## Your instructions:
Please take the lines from the one holding "v -7.96 -0.801 0" through the one holding "v 7.386 -3.074 0" in the data below and copy them exactly.

## Task data:
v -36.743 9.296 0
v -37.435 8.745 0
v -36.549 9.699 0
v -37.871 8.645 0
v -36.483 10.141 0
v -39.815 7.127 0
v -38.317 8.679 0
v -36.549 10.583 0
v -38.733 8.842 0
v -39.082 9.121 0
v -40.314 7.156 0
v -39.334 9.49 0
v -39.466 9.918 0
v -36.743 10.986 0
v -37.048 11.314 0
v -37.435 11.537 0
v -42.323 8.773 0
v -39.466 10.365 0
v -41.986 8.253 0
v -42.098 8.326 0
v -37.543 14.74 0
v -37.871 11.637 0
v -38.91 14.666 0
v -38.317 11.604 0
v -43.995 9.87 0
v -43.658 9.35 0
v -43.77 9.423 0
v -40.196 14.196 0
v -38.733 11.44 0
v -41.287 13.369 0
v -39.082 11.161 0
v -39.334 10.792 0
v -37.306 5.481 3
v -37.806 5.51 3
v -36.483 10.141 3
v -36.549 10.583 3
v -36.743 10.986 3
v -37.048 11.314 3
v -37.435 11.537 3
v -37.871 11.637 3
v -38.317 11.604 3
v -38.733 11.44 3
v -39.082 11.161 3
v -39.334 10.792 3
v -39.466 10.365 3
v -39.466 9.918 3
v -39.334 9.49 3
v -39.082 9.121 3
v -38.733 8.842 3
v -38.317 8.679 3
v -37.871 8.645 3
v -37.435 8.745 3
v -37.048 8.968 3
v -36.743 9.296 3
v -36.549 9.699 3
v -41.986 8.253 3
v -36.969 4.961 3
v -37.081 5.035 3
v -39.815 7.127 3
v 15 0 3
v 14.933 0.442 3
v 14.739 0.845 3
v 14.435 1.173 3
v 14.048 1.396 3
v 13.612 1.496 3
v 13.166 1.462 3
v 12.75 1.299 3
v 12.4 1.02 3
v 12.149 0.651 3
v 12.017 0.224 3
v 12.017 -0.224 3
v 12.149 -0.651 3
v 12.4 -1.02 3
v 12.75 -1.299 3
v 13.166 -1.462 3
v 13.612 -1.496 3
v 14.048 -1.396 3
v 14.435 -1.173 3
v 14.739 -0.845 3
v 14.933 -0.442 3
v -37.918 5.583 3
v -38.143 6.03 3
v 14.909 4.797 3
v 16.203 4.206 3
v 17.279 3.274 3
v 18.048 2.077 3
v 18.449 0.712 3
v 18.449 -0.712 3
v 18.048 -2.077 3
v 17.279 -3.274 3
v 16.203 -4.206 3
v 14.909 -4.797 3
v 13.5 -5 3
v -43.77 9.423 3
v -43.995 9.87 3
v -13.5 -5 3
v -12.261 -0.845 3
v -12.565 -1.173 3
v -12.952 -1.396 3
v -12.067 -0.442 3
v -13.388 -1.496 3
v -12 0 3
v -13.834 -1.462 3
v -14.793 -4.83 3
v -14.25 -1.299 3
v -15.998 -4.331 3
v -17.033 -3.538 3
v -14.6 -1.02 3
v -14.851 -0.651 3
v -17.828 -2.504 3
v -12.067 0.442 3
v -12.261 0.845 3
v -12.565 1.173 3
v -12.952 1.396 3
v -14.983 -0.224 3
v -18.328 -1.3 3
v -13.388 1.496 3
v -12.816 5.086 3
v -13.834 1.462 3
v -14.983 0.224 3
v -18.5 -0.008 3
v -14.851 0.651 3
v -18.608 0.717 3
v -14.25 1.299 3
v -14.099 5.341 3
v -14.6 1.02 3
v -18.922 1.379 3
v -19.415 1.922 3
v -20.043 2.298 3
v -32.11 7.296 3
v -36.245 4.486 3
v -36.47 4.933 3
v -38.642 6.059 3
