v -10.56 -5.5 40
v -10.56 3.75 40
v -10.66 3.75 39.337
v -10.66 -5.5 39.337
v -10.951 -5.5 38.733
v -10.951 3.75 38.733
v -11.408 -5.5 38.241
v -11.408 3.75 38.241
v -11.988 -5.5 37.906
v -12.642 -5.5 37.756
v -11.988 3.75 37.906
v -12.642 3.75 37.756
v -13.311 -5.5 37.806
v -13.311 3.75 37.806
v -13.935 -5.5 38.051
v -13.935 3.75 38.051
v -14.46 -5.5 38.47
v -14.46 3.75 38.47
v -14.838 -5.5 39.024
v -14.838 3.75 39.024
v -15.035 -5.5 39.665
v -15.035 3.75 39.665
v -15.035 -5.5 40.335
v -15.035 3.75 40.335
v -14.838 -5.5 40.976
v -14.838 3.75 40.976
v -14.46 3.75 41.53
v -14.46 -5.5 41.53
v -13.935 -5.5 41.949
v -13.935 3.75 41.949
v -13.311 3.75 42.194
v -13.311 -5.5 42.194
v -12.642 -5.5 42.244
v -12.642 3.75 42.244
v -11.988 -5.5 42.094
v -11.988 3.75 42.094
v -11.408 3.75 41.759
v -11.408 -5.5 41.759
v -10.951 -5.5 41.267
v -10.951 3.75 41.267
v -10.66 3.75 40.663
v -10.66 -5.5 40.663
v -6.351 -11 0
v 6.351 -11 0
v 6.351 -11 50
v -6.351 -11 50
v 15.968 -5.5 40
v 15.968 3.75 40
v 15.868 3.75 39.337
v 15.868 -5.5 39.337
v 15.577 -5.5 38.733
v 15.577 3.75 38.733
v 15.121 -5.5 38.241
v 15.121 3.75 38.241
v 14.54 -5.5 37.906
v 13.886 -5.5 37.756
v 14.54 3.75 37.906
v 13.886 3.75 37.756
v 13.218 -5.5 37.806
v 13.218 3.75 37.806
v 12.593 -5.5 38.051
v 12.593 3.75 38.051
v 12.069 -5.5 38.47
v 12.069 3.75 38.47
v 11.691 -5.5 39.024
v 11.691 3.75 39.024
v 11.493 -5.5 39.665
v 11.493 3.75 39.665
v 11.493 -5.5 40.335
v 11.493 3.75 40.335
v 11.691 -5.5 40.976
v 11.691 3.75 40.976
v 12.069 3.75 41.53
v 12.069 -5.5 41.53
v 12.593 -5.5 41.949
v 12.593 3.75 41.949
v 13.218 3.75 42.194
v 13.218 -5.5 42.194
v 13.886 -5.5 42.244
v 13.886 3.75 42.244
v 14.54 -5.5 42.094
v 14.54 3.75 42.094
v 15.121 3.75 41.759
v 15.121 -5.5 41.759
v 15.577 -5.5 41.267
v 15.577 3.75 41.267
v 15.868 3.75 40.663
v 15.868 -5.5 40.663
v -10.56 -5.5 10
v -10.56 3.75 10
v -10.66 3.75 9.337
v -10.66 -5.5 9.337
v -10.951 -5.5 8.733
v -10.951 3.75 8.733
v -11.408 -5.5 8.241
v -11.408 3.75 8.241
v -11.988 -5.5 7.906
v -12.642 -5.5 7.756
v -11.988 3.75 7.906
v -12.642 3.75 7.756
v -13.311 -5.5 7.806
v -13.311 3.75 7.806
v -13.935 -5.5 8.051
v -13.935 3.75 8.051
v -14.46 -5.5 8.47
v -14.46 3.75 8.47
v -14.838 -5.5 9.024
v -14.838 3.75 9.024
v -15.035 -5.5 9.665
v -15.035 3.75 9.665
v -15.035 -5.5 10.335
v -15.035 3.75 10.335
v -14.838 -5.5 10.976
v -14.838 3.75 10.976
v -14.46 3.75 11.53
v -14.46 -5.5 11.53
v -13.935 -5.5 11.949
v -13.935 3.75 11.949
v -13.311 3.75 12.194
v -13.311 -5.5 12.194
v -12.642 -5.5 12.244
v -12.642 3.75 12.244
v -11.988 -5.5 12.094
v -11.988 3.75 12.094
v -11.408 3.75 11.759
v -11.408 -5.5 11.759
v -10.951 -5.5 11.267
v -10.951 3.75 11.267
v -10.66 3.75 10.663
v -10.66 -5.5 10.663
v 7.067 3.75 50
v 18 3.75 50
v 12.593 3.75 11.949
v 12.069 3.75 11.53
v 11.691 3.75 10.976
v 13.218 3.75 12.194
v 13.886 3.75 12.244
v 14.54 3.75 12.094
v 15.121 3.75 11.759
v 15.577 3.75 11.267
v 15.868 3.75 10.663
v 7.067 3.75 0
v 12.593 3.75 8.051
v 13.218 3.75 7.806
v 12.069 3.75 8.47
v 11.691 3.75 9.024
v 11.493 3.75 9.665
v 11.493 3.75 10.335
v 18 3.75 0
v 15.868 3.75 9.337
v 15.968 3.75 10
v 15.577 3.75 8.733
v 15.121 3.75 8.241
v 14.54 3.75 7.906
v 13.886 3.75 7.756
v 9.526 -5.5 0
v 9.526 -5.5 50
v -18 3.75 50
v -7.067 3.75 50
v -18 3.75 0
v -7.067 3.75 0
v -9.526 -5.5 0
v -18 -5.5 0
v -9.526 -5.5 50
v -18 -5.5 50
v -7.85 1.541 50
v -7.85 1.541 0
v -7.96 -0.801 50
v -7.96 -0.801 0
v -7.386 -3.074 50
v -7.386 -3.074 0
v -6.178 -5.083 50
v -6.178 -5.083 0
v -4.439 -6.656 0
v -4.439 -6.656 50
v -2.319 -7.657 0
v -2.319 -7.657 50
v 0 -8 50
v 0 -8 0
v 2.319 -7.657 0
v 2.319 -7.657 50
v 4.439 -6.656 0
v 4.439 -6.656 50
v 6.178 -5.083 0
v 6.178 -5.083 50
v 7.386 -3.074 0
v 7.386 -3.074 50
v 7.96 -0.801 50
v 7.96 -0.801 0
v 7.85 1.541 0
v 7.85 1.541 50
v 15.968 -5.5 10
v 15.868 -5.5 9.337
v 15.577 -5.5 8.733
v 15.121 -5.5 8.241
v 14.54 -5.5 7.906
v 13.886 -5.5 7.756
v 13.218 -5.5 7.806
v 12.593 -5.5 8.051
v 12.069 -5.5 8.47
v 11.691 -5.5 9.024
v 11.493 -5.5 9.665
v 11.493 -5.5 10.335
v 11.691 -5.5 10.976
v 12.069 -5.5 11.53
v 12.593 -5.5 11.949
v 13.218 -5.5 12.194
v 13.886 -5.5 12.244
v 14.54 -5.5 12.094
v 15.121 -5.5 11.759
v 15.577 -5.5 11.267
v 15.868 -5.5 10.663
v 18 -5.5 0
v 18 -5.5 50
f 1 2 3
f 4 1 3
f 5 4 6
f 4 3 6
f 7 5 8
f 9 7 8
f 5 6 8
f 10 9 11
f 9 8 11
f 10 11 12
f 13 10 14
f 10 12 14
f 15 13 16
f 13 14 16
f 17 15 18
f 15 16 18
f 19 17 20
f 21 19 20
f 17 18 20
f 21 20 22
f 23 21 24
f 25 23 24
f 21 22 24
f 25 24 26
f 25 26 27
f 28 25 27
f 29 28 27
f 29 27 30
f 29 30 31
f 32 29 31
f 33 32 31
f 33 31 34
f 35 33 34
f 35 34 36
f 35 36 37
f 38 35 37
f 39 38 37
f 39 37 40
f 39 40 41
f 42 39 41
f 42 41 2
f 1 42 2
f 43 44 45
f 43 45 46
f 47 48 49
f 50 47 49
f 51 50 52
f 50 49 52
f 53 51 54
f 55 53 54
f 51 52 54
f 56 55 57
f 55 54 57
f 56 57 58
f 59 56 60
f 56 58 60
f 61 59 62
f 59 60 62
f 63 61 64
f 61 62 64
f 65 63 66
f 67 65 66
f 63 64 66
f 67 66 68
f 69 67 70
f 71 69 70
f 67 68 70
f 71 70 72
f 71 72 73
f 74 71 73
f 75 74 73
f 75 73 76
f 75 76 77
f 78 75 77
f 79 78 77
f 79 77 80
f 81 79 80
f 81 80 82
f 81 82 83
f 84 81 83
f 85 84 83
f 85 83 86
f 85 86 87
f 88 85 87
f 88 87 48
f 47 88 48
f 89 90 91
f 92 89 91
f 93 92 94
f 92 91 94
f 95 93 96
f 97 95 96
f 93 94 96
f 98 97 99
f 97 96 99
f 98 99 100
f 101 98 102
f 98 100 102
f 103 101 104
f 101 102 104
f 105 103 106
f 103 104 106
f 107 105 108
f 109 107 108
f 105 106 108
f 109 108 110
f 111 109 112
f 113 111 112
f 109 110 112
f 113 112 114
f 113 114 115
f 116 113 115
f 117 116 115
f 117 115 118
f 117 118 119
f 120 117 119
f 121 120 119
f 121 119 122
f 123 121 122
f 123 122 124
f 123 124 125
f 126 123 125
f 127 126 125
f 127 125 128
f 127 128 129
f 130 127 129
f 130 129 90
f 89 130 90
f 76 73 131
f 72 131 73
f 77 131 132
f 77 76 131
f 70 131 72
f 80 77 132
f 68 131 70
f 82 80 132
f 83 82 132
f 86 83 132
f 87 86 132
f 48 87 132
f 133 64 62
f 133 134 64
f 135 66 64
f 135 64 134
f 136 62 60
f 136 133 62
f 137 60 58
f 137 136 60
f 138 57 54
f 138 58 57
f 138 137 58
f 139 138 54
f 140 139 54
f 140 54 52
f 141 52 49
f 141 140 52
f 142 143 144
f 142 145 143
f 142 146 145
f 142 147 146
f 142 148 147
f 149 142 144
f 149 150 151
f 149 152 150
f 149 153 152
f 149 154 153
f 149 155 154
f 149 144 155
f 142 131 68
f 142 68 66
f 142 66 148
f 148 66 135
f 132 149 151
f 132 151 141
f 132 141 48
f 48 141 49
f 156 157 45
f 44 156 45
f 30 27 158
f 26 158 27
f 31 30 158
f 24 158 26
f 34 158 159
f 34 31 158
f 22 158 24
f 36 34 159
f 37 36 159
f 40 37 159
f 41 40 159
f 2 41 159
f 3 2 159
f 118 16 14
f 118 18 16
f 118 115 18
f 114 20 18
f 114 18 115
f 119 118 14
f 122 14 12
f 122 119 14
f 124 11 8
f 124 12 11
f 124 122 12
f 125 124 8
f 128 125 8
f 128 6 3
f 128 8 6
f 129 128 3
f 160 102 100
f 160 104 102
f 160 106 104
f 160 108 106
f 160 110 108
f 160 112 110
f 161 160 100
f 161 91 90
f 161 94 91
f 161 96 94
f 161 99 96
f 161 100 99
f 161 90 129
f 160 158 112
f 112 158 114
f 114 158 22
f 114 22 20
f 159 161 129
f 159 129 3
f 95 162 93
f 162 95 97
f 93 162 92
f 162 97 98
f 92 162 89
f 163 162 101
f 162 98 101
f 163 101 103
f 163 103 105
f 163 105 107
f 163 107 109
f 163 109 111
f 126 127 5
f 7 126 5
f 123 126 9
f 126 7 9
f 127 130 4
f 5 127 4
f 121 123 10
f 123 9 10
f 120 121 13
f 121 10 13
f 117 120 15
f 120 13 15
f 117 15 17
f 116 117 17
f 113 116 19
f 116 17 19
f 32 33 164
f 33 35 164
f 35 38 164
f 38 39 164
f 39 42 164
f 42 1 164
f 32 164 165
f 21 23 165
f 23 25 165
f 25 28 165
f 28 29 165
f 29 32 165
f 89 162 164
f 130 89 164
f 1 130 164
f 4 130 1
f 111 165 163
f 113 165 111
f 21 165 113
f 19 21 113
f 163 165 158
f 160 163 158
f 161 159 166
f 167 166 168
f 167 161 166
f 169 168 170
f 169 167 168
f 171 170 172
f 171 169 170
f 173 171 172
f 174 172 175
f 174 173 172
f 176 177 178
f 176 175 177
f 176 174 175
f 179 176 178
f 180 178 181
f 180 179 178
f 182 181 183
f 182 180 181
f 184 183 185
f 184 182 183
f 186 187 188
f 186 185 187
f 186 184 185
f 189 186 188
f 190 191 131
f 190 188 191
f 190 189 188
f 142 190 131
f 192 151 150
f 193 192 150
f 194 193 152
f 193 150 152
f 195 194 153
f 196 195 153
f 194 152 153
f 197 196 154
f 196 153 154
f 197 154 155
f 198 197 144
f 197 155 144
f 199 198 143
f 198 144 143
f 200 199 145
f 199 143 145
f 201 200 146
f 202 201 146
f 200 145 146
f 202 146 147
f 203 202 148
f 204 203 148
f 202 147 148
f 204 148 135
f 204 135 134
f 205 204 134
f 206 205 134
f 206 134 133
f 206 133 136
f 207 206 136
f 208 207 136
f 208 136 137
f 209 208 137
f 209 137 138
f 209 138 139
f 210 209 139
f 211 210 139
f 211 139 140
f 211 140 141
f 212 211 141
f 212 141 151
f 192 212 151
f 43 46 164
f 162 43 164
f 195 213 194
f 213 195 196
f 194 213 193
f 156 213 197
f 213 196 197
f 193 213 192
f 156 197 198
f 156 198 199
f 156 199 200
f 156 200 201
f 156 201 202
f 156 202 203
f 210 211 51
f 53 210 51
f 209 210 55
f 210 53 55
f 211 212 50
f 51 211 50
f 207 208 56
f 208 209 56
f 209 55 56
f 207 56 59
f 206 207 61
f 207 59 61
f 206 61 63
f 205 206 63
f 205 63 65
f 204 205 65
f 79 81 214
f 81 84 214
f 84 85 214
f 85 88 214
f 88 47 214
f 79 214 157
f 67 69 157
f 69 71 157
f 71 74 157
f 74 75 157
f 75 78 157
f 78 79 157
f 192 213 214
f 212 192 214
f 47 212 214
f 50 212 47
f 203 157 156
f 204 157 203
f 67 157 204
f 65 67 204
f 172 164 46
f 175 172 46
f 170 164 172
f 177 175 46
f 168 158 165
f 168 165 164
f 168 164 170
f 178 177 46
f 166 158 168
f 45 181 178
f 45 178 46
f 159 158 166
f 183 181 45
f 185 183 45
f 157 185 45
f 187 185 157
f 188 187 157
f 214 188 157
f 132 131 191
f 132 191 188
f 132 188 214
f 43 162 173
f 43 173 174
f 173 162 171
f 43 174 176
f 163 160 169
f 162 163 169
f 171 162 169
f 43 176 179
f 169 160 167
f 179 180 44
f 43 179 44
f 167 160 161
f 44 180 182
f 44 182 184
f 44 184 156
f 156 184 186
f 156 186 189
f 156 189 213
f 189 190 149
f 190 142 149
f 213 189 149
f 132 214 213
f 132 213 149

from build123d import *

# Parameters (mm, degrees)
IZIM1_W                     = 36
IZIM1_H                     = 36
IZIM1_R                     = 8
Y_KSEKLIK_EKSTR_ZYON1_DEPTH = 50
IZIM2_W                     = 36
IZIM2_H                     = 5
KES_EKSTR_ZYON1_DEPTH       = 50
IZIM3_W                     = 36
IZIM3_H                     = 3
KES_EKSTR_ZYON2_DEPTH       = 50
KES_EKSTR_ZYON3_DEPTH       = 50
M4_BO_LUKLU_DELIK1_D        = 4.5
KES_EKSTR_ZYON5_START       = -50
KES_EKSTR_ZYON5_DEPTH       = 50


# Read off the part's stored shape, not the designer's step: Kes-Ekstrüzyon5
with BuildPart() as part:
    # Çizim1 → Yükseklik-Ekstrüzyon1 (new body)
    with BuildSketch(Plane.XY):
        Rectangle(IZIM1_W, IZIM1_H)
        Circle(IZIM1_R, mode=Mode.SUBTRACT)
    extrude(amount=Y_KSEKLIK_EKSTR_ZYON1_DEPTH)

    # Çizim2 → Kes-Ekstrüzyon1 (cut)
    with BuildSketch(Plane.XY.offset(50)):
        with Locations((0, 15.5)):
            Rectangle(IZIM2_W, IZIM2_H)
    extrude(amount=-KES_EKSTR_ZYON1_DEPTH, mode=Mode.SUBTRACT)

    # Çizim3 → Kes-Ekstrüzyon2 (cut)
    with BuildSketch(Plane.XY.offset(50)):
        with Locations((0, -16.5)):
            Rectangle(IZIM3_W, IZIM3_H)
    extrude(amount=-KES_EKSTR_ZYON2_DEPTH, mode=Mode.SUBTRACT)

    # Çizim4 → Kes-Ekstrüzyon3 (cut)
    with BuildSketch(Plane.XY.offset(50)):
        Polygon((-6.350852961, -11), (-9.526279442, -5.5), (-18, -5.5), (-18, -15), (18, -15), (18, -5.5), (9.526279442, -5.5), (6.350852961, -11), align=None)
    extrude(amount=-KES_EKSTR_ZYON3_DEPTH, mode=Mode.SUBTRACT)

    # M4 Boşluklu Delik1 (through all)
    with Locations(Plane(origin=(0, -5.5, 0), x_dir=(-1, 0, 0), z_dir=(0, -1, 0))):
        with Locations((-13.718329125, -40), (-13.718329125, -10), (12.810498521, -10), (12.810498521, -40)):
            Hole(M4_BO_LUKLU_DELIK1_D / 2)

    # Kes-Ekstrüzyon5 outline → Kes-Ekstrüzyon5 (cut)
    with BuildSketch(Plane.XY.offset(50).offset(KES_EKSTR_ZYON5_START)):
        with BuildLine():
            Line((7.066647013, 3.75), (18, 3.75))
            Line((18, 3.75), (18, 13))
            Line((18, 13), (-18, 13))
            Line((-18, 13), (-18, 3.75))
            Line((-18, 3.75), (-7.066647013, 3.75))
            ThreePointArc((-7.066647013, 3.75), (0, 8), (7.066647013, 3.75))
        make_face()
    extrude(amount=KES_EKSTR_ZYON5_DEPTH, mode=Mode.SUBTRACT)


solid = part.part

## Task output:
v -7.96 -0.801 0
v -7.386 -3.074 50
v -7.386 -3.074 0
v -6.178 -5.083 50
v -6.178 -5.083 0
v -4.439 -6.656 0
v -4.439 -6.656 50
v -2.319 -7.657 0
v -2.319 -7.657 50
v 0 -8 50
v 0 -8 0
v 2.319 -7.657 0
v 2.319 -7.657 50
v 4.439 -6.656 0
v 4.439 -6.656 50
v 6.178 -5.083 0
v 6.178 -5.083 50
v 7.386 -3.074 0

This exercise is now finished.